The Unreasonable Effectiveness of Mathematics in the Natural Sciences

The Unreasonable Effectiveness of Mathematics in the Natural Sciences, published by physicist Eugene Wigner in 1960, argues that the capacity of mathematics to successfully predict events in physics cannot be a coincidence, but must reflect some larger or deeper or simpler truth in both.

This was a work of both physics and of the philosophy of mathematics, specifically it speculated on the relationship between the philosophy of science and the foundations of mathematics:

"It is difficult to avoid the impression that a miracle confronts us here, quite comparable in its striking nature to the miracle that the human mind can string a thousand arguments together without getting itself into contradictions, or to the two miracles of laws of nature and of the human mind's capacity to divine them."

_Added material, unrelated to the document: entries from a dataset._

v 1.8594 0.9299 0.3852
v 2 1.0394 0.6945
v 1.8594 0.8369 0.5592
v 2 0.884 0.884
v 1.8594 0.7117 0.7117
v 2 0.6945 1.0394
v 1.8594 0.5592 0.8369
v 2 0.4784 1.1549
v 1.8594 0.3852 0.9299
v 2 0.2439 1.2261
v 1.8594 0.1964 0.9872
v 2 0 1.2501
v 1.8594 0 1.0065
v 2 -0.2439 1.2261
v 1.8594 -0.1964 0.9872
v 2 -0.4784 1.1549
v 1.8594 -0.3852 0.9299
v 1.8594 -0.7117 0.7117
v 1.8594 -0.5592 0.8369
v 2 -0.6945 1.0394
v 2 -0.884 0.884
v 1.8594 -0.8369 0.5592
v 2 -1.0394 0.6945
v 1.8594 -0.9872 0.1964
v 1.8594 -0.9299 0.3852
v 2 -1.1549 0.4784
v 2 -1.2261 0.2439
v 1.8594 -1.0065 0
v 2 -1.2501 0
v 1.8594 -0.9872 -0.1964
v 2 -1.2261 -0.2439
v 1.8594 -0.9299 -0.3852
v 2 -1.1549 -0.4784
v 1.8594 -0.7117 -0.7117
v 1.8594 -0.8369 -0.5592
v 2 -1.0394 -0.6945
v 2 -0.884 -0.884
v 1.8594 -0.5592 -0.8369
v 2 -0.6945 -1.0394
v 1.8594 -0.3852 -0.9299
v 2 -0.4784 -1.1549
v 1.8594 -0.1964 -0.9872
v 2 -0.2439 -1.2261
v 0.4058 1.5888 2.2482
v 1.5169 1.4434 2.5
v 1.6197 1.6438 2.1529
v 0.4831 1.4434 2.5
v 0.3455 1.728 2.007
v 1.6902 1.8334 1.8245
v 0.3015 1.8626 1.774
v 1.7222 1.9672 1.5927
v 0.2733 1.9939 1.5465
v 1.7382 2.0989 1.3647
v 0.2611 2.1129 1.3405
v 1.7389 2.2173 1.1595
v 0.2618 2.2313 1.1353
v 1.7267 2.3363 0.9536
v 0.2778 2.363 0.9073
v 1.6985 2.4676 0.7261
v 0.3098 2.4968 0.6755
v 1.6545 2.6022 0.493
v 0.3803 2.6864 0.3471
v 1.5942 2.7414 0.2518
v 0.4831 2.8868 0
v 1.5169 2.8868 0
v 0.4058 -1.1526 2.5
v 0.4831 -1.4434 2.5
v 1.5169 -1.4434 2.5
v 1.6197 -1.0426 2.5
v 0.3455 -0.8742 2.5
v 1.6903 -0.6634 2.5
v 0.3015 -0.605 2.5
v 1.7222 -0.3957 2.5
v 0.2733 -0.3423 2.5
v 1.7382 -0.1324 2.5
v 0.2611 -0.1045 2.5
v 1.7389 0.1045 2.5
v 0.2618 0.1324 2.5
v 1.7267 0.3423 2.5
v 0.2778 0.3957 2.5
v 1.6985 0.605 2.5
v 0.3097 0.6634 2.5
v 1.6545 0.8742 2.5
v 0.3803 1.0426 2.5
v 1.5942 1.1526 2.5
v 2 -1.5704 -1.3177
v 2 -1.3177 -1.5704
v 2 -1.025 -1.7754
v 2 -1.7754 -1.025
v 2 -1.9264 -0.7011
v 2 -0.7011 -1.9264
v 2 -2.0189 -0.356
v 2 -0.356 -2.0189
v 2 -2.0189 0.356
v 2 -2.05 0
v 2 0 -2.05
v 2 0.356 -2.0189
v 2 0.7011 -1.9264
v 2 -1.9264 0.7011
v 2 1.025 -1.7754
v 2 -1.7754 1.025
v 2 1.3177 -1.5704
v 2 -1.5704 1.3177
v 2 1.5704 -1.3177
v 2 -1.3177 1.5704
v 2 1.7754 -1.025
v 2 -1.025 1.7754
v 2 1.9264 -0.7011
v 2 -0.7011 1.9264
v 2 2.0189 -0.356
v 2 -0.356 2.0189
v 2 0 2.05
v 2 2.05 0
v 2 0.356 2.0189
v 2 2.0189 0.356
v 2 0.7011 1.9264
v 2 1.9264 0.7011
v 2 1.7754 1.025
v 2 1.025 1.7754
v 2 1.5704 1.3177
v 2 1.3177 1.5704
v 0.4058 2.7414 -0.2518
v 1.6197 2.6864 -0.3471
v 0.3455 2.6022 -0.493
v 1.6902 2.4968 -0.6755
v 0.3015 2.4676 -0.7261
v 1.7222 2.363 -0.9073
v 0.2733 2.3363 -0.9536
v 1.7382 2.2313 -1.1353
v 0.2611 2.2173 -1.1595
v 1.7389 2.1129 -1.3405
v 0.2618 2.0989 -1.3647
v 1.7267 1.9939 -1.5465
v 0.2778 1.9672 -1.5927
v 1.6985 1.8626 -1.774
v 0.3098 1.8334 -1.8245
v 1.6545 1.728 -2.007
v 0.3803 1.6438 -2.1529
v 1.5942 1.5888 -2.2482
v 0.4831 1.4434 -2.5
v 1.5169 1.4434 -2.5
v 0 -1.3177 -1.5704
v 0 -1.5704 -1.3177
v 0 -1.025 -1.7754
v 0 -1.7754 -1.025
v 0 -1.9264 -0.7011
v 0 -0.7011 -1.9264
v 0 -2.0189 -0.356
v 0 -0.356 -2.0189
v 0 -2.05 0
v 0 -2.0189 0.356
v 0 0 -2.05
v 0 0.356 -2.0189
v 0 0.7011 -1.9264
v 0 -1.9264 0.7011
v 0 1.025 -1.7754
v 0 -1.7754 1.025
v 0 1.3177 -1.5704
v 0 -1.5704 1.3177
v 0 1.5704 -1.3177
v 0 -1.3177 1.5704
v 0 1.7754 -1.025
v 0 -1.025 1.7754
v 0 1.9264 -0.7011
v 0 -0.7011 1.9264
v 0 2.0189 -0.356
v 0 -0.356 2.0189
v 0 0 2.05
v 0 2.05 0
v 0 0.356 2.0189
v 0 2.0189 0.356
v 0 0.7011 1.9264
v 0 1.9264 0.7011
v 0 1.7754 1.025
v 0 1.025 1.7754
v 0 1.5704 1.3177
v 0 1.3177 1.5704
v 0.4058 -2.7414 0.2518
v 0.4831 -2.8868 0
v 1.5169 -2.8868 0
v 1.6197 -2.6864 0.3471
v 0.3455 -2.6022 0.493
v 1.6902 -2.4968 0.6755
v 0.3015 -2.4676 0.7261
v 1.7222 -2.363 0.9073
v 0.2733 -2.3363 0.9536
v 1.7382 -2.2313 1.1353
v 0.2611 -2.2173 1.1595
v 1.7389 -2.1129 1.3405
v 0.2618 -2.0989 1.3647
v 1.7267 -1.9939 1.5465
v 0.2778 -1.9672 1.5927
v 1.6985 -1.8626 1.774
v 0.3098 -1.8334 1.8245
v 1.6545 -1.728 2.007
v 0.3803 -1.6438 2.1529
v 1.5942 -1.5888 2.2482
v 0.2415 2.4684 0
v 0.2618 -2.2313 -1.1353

Later, in What is Mathematical Truth?[?], Hilary Putnam would explain "the two miracles" as being both necessarily derived from a reality (but not Platonist) view of the philosophy of mathematics. However, Wigner went further in a passage he cautiously marked as 'not reliable', about cognitive bias:

"The writer is convinced that it is useful, in epistemological discussions, to abandon the idealization that the level of human intelligence has a singular position on an absolute scale. In some cases it may even be useful to consider the attainment which is possible at the level of the intelligence of some other species."

The question of whether humans checking the results of humans can be considered an objective basis for observation of the known (to humans) universe was interesting and has been followed up in both cosmology and the philosophy of mathematics.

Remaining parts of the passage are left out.